Si le constat est préoccupant, des leviers existent pour inverser la tendance. « Ces bouleversements sont durables, mais ils peuvent aussi permettre de trouver de nouveaux équilibres » souligne Laurence Peyraut.Pour sortir de l’impasse, plusieurs leviers sont identifiés : bâtir un cadre réglementaire plus attractif et cohérent, et structurer un véritable plan européen pour l’innovation en santé. Sur l’accès aux médicaments, une coordination renforcée des politiques de prix, appuyée sur l’évaluation clinique conjointe (JCA), fait son chemin, notamment face aux effets de la MFN.Au niveau national, un changement de paradigme est jugé indispensable : passer d’une logique d’achat à une logique de partenariat stratégique, avec des enveloppes pluriannuelles et une meilleure visibilité. Ces orientations sont au cœur de la mission flash pilotée par Virginie Beaumenier, présidente du CEPS. « Une enveloppe à cinq ans est l’objectif, mais une visibilité à trois ans serait déjà un progrès significatif », souligne-t-elle.

Autre chantier clé : élargir l’évaluation du médicament aux dimensions médico-économiques et à ses externalités positives – emploi, ancrage territorial, recherche – afin de mieux apprécier la valeur des innovations de rupture et d’orienter plus efficacement les finances publiques. « Il faut inventer les régulations de demain, et la France peut montrer la voie », estime Jean Tirole, prix Nobel d’économie.

Enfin, la recherche clinique reste un levier clé, à condition de simplifier les procédures et de raccourcir les délais. « La France dispose d’une expertise scientifique reconnue.
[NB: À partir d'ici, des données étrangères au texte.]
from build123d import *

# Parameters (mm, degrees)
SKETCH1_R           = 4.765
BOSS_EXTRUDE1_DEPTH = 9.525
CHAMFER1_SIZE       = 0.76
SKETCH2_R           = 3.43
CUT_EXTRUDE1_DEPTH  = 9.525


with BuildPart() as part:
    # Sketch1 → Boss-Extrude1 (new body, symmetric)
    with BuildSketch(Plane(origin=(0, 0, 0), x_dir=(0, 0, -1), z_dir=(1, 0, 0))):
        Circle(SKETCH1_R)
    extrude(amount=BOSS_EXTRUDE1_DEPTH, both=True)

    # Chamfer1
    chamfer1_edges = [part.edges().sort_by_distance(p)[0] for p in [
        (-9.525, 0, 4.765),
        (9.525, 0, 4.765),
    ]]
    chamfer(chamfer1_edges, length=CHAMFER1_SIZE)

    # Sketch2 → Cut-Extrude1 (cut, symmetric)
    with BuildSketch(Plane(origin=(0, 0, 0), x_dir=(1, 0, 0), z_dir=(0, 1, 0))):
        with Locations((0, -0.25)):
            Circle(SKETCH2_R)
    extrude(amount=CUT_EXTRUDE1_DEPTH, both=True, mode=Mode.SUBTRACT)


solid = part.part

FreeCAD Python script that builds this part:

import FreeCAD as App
import Part
import Sketcher


def edges_at(feature, points):
    """Names of the edges that pass closest to the given points."""
    edges = feature.Shape.Edges
    near = lambda p: min(range(len(edges)), key=lambda i: edges[i].distToShape(Part.Vertex(*p))[0])
    return sorted({f"Edge{near(p) + 1}" for p in points})

doc = App.newDocument("Part")
params = doc.addObject("Spreadsheet::Sheet", "Params")
for row, (alias, value) in enumerate([
    ("pad1_length", "0.75 in"),
    ("chamfer_size", "0.76 mm"),
    ("pocket1_length", "0.75 in"),
], start=1):
    params.set(f"A{row}", alias)
    params.set(f"B{row}", "=" + value)
    params.setAlias(f"B{row}", alias)

body = doc.addObject("PartDesign::Body", "Body")

# Sketch on YZ plane
sketch1 = doc.addObject("Sketcher::SketchObject", "Sketch")
body.addObject(sketch1)
sketch1.AttachmentSupport = (doc.YZ_Plane, [""])
sketch1.MapMode = "FlatFace"
sketch1.addGeometry(Part.Circle(App.Vector(0, 0, 0), App.Vector(0, 0, 1), 4.8), False)
sketch1.addConstraint([
    Sketcher.Constraint("Coincident", 0, 3, -1, 1),
    Sketcher.Constraint("Diameter", 0, 9.53),
])
pad1 = doc.addObject("PartDesign::Pad", "Pad")
body.addObject(pad1)
pad1.Profile = sketch1
pad1.setExpression("Length", "Params.pad1_length")
pad1.Midplane = True
doc.recompute()

chamfer = doc.addObject("PartDesign::Chamfer", "Chamfer")
body.addObject(chamfer)
chamfer.Base = (pad1, edges_at(pad1, [(-9.525, 0, 4.765), (9.525, 0, 4.765)]))
chamfer.setExpression("Size", "Params.chamfer_size")

# Sketch on XZ plane
sketch2 = doc.addObject("Sketcher::SketchObject", "Sketch001")
body.addObject(sketch2)
sketch2.AttachmentSupport = (doc.XZ_Plane, [""])
sketch2.MapMode = "FlatFace"
sketch2.addGeometry(Part.Circle(App.Vector(0, 0.2, 0), App.Vector(0, 0, 1), 3.4), False)
sketch2.addConstraint([
    Sketcher.Constraint("PointOnObject", 0, 3, -2),
    Sketcher.Constraint("Diameter", 0, 6.86),
    Sketcher.Constraint("DistanceY", -1, 1, 0, 3, 0.25),
])
pocket1 = doc.addObject("PartDesign::Pocket", "Pocket")
body.addObject(pocket1)
pocket1.Profile = sketch2
pocket1.setExpression("Length", "Params.pocket1_length")
pocket1.Midplane = True

doc.recompute()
Le fast track de l’ANSM est un premier pas, mais il faut accélérer pour atteindre des délais comparables à ceux de l’Espagne », souligne Sophie Beaupaire, rappelant l’engagement des acteurs sur de nouvelles méthodologies cliniques, comme les bras synthétiques et les jumeaux numériques.
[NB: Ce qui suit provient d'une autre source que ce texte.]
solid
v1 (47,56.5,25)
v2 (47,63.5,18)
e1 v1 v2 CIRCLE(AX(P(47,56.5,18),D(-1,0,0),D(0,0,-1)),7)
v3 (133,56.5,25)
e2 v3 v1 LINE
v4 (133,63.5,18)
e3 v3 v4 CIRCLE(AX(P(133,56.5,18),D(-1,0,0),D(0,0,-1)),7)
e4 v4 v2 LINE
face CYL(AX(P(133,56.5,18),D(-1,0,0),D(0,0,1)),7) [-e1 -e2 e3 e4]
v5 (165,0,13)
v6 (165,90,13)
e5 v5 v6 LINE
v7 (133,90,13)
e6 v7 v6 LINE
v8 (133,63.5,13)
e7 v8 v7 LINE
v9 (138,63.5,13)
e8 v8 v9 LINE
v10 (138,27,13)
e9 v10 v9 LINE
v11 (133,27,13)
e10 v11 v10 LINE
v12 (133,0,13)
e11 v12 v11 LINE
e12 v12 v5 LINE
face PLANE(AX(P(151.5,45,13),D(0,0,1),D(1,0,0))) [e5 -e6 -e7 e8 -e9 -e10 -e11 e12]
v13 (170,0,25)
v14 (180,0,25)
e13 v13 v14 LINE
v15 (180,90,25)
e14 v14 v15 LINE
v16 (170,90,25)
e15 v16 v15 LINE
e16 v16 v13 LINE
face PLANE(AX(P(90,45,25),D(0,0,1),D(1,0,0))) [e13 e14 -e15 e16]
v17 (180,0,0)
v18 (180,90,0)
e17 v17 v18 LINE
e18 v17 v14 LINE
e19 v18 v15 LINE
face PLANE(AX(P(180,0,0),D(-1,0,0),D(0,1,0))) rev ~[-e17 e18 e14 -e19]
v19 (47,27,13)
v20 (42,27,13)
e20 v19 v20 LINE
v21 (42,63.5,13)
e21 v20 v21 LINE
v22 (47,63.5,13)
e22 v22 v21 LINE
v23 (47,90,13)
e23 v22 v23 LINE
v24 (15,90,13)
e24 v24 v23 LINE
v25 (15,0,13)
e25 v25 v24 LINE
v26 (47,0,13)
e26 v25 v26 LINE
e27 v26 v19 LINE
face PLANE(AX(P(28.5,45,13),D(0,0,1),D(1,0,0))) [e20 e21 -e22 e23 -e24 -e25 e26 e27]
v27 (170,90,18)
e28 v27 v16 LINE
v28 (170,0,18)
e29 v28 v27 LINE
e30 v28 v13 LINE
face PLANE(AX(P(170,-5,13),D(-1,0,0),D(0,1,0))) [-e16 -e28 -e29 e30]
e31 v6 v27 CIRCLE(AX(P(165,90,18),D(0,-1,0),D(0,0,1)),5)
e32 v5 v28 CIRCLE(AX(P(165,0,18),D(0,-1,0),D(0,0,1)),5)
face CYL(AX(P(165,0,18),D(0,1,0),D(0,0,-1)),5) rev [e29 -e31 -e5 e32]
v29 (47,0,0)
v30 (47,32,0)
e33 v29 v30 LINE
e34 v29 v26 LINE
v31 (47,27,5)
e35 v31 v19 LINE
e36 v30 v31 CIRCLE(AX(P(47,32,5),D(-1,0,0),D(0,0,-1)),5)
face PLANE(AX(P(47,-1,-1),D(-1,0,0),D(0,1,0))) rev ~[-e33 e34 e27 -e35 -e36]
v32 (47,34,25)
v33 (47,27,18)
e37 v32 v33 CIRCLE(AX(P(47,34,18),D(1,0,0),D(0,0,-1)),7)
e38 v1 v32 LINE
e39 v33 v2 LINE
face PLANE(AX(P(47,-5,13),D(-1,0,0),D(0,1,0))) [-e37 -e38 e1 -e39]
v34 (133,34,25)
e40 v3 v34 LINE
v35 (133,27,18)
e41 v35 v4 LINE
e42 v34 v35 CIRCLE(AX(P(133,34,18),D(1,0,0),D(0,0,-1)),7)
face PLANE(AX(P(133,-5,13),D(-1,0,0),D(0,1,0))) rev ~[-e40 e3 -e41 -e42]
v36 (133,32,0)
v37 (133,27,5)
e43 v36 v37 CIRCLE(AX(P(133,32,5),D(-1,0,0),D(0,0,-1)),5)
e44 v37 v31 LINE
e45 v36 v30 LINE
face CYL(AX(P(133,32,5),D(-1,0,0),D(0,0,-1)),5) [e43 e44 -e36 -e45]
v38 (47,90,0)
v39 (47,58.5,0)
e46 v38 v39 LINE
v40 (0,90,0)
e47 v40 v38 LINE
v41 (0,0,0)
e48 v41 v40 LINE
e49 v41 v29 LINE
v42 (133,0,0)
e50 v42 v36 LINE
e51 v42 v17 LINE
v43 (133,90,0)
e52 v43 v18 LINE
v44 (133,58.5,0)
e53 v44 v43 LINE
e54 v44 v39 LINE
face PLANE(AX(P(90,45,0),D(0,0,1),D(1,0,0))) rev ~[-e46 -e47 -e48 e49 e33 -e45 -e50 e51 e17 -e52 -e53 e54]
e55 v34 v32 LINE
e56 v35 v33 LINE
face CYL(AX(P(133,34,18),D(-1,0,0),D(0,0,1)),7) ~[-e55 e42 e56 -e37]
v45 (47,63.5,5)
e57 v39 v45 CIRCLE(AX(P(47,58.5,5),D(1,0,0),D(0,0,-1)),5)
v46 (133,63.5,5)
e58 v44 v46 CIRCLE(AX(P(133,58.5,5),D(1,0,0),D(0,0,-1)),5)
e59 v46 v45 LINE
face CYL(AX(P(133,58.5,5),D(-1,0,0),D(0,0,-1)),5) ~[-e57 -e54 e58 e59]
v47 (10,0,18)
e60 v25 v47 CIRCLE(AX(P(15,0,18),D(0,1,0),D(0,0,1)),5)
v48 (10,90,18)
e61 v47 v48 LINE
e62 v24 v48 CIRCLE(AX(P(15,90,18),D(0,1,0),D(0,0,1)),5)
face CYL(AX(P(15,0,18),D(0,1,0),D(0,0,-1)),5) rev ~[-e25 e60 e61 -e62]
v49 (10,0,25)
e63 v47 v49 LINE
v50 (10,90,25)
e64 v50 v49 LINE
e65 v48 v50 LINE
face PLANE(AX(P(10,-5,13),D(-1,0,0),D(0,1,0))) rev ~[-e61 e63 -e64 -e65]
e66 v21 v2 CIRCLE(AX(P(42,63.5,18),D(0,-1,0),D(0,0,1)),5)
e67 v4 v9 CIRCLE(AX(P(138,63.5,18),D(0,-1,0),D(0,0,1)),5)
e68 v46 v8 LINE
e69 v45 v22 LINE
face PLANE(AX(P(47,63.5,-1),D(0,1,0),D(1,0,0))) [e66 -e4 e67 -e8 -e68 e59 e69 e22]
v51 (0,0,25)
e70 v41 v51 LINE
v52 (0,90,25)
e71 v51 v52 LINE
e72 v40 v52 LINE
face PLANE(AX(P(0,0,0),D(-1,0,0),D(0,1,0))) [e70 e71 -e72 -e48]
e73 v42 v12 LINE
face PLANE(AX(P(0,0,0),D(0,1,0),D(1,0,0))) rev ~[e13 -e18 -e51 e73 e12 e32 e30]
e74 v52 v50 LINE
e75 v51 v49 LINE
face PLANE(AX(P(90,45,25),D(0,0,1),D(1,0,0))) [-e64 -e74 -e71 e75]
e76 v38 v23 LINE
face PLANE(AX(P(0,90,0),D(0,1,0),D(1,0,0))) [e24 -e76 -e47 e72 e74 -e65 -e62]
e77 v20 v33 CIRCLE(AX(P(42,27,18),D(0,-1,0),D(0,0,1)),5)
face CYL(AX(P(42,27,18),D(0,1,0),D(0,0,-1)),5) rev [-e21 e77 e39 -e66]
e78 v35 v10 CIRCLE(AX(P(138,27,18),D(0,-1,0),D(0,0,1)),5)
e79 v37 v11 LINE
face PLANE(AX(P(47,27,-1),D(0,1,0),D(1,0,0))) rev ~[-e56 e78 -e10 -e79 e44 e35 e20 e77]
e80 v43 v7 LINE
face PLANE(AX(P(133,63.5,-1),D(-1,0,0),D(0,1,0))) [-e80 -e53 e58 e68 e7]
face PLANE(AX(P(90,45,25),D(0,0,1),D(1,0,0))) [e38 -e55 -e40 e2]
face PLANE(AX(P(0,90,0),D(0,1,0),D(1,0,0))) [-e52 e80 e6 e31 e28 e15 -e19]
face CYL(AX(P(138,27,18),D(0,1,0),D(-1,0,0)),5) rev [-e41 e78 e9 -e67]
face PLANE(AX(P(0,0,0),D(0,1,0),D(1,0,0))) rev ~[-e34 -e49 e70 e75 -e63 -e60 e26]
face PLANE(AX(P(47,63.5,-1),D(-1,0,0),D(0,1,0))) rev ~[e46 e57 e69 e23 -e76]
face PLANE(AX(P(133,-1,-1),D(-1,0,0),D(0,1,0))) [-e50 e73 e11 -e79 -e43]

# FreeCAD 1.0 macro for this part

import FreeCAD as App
import Part
import Sketcher
Q = App.Units.Quantity


def edges_at(feature, points):
    """Names of the edges that pass closest to the given points."""
    edges = feature.Shape.Edges
    near = lambda p: min(range(len(edges)), key=lambda i: edges[i].distToShape(Part.Vertex(*p))[0])
    return sorted({f"Edge{near(p) + 1}" for p in points})


def add_polygon(sketch, points):
    """Adds a closed chain of lines whose ends are joined by coincident constraints."""
    first, n = sketch.GeometryCount, len(points)
    for a, b in zip(points, points[1:] + points[:1]):
        sketch.addGeometry(Part.LineSegment(App.Vector(*a, 0), App.Vector(*b, 0)), False)
    for i in range(n):
        sketch.addConstraint(Sketcher.Constraint("Coincident", first + i, 2, first + (i + 1) % n, 1))

doc = App.newDocument("Part")
body = doc.addObject("PartDesign::Body", "Body")

sketch1 = body.newObject("Sketcher::SketchObject", "Sketch")
sketch1.AttachmentSupport = (doc.getObject("XY_Plane"), [""])
sketch1.MapMode = "FlatFace"
sketch1.AttachmentOffset = App.Placement(App.Vector(0, 0, 13), App.Rotation())
add_polygon(sketch1, [(133, 95), (133, -5), (170, -5), (170, 95)])
sketch1.addConstraint([
    Sketcher.Constraint("Vertical", 0),
    Sketcher.Constraint("Horizontal", 1),
    Sketcher.Constraint("Vertical", 2),
    Sketcher.Constraint("Horizontal", 3),
    Sketcher.Constraint("DistanceX", 1, 1, 1, 2, Q("37 mm")),
    Sketcher.Constraint("DistanceY", 0, 2, 0, 1, Q("100 mm")),
    Sketcher.Constraint("DistanceX", -1, 1, 0, 2, Q("133 mm")),
    Sketcher.Constraint("DistanceY", 0, 2, -1, 1, Q("5 mm")),
])
pad1 = body.newObject("PartDesign::Pad", "Pad")
pad1.Profile = sketch1
pad1.Length = 30
body2 = doc.addObject("PartDesign::Body", "Body001")

sketch2 = body2.newObject("Sketcher::SketchObject", "Sketch001")
sketch2.AttachmentSupport = (doc.getObject("XY_Plane001"), [""])
sketch2.MapMode = "FlatFace"
sketch2.AttachmentOffset = App.Placement(App.Vector(0, 0, -1), App.Rotation())
add_polygon(sketch2, [(47, 27), (47, -1), (133, -1), (133, 27)])
sketch2.addConstraint([
    Sketcher.Constraint("Vertical", 0),
    Sketcher.Constraint("Horizontal", 1),
    Sketcher.Constraint("Vertical", 2),
    Sketcher.Constraint("Horizontal", 3),
    Sketcher.Constraint("DistanceX", 1, 1, 1, 2, Q("86 mm")),
    Sketcher.Constraint("DistanceY", 0, 2, 0, 1, Q("28 mm")),
    Sketcher.Constraint("DistanceX", -1, 1, 0, 2, Q("47 mm")),
    Sketcher.Constraint("DistanceY", 0, 2, -1, 1, Q("1 mm")),
])
pad2 = body2.newObject("PartDesign::Pad", "Pad001")
pad2.Profile = sketch2
pad2.Length = 42
body3 = doc.addObject("PartDesign::Body", "Body002")

sketch3 = body3.newObject("Sketcher::SketchObject", "Sketch002")
sketch3.AttachmentSupport = (doc.getObject("XY_Plane002"), [""])
sketch3.MapMode = "FlatFace"
sketch3.AttachmentOffset = App.Placement(App.Vector(0, 0, -1), App.Rotation())
add_polygon(sketch3, [(47, 91), (47, 63.5), (133, 63.5), (133, 91)])
sketch3.addConstraint([
    Sketcher.Constraint("Vertical", 0),
    Sketcher.Constraint("Horizontal", 1),
    Sketcher.Constraint("Vertical", 2),
    Sketcher.Constraint("Horizontal", 3),
    Sketcher.Constraint("DistanceX", 1, 1, 1, 2, Q("86 mm")),
    Sketcher.Constraint("DistanceY", 0, 2, 0, 1, Q("27.5 mm")),
    Sketcher.Constraint("DistanceX", -1, 1, 0, 2, Q("47 mm")),
    Sketcher.Constraint("DistanceY", -1, 1, 2, 2, Q("91 mm")),
])
pad3 = body3.newObject("PartDesign::Pad", "Pad002")
pad3.Profile = sketch3
pad3.Length = 42
body4 = doc.addObject("PartDesign::Body", "Body003")
body4.AllowCompound = True

sketch4 = body4.newObject("Sketcher::SketchObject", "Sketch003")
sketch4.AttachmentSupport = (doc.getObject("XY_Plane003"), [""])
sketch4.MapMode = "FlatFace"
sketch4.AttachmentOffset = App.Placement(App.Vector(0, 0, 13), App.Rotation())
add_polygon(sketch4, [(10, 95), (10, -5), (47, -5), (47, 95)])
sketch4.addConstraint([
    Sketcher.Constraint("Vertical", 0),
    Sketcher.Constraint("Horizontal", 1),
    Sketcher.Constraint("Vertical", 2),
    Sketcher.Constraint("Horizontal", 3),
    Sketcher.Constraint("DistanceX", 1, 1, 1, 2, Q("37 mm")),
    Sketcher.Constraint("DistanceY", 0, 2, 0, 1, Q("100 mm")),
    Sketcher.Constraint("DistanceX", -1, 1, 0, 2, Q("10 mm")),
    Sketcher.Constraint("DistanceY", 0, 2, -1, 1, Q("5 mm")),
])
pad4 = body4.newObject("PartDesign::Pad", "Pad003")
pad4.Profile = sketch4
pad4.Length = 30
doc.recompute()

boolean = body4.newObject("PartDesign::Boolean", "Boolean")
boolean.Type = "Fuse"
boolean.addObjects([body])
doc.recompute()

boolean2 = body4.newObject("PartDesign::Boolean", "Boolean001")
boolean2.Type = "Fuse"
boolean2.addObjects([body2])
doc.recompute()

boolean3 = body4.newObject("PartDesign::Boolean", "Boolean002")
boolean3.Type = "Fuse"
boolean3.addObjects([body3])
body5 = doc.addObject("PartDesign::Body", "Body004")

sketch5 = body5.newObject("Sketcher::SketchObject", "Sketch004")
sketch5.AttachmentSupport = (doc.getObject("XY_Plane004"), [""])
sketch5.MapMode = "FlatFace"
add_polygon(sketch5, [(0, 90), (0, 0), (180, 0), (180, 90)])
sketch5.addConstraint([
    Sketcher.Constraint("Vertical", 0),
    Sketcher.Constraint("Horizontal", 1),
    Sketcher.Constraint("Vertical", 2),
    Sketcher.Constraint("Horizontal", 3),
    Sketcher.Constraint("Coincident", 0, 2, -1, 1),
    Sketcher.Constraint("DistanceX", 1, 1, 1, 2, Q("180 mm")),
    Sketcher.Constraint("DistanceY", 0, 2, 0, 1, Q("90 mm")),
])
pad5 = body5.newObject("PartDesign::Pad", "Pad004")
pad5.Profile = sketch5
pad5.Length = 25
doc.recompute()

boolean4 = body5.newObject("PartDesign::Boolean", "Boolean003")
boolean4.Type = "Cut"
boolean4.addObjects([body4])
doc.recompute()

fillet = body5.newObject("PartDesign::Fillet", "Fillet")
fillet.Base = (boolean4, edges_at(boolean4, [
    (10, 45, 13),
    (47, 45.25, 13),
    (133, 45.25, 13),
    (170, 45, 13),
]))
fillet.Radius = 5
doc.recompute()

fillet2 = body5.newObject("PartDesign::Fillet", "Fillet001")
fillet2.Base = (fillet, edges_at(fillet, [(90, 63.5, 0), (90, 27, 0)]))
fillet2.Radius = 5
doc.recompute()

fillet3 = body5.newObject("PartDesign::Fillet", "Fillet002")
fillet3.Base = (fillet2, edges_at(fillet2, [(90, 27, 25), (90, 63.5, 25)]))
fillet3.Radius = 7

doc.recompute()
Au-delà des outils, un message s’impose : la santé et le médicament doivent être considérés comme des investissements stratégiques de long terme, et non comme de simples variables d’ajustement budgétaire. « Nous sommes à un moment critique, conclut Marc Ferracci, député et ancien ministre. Vivre plus longtemps et en meilleure santé fait consensus : il faut maintenant s’en donner les moyens. »

Cette première rencontre marque le point de départ d’un travail appelé à s’inscrire dans la durée, avec une concertation inédite annoncée par le Leem dès le premier trimestre 2026.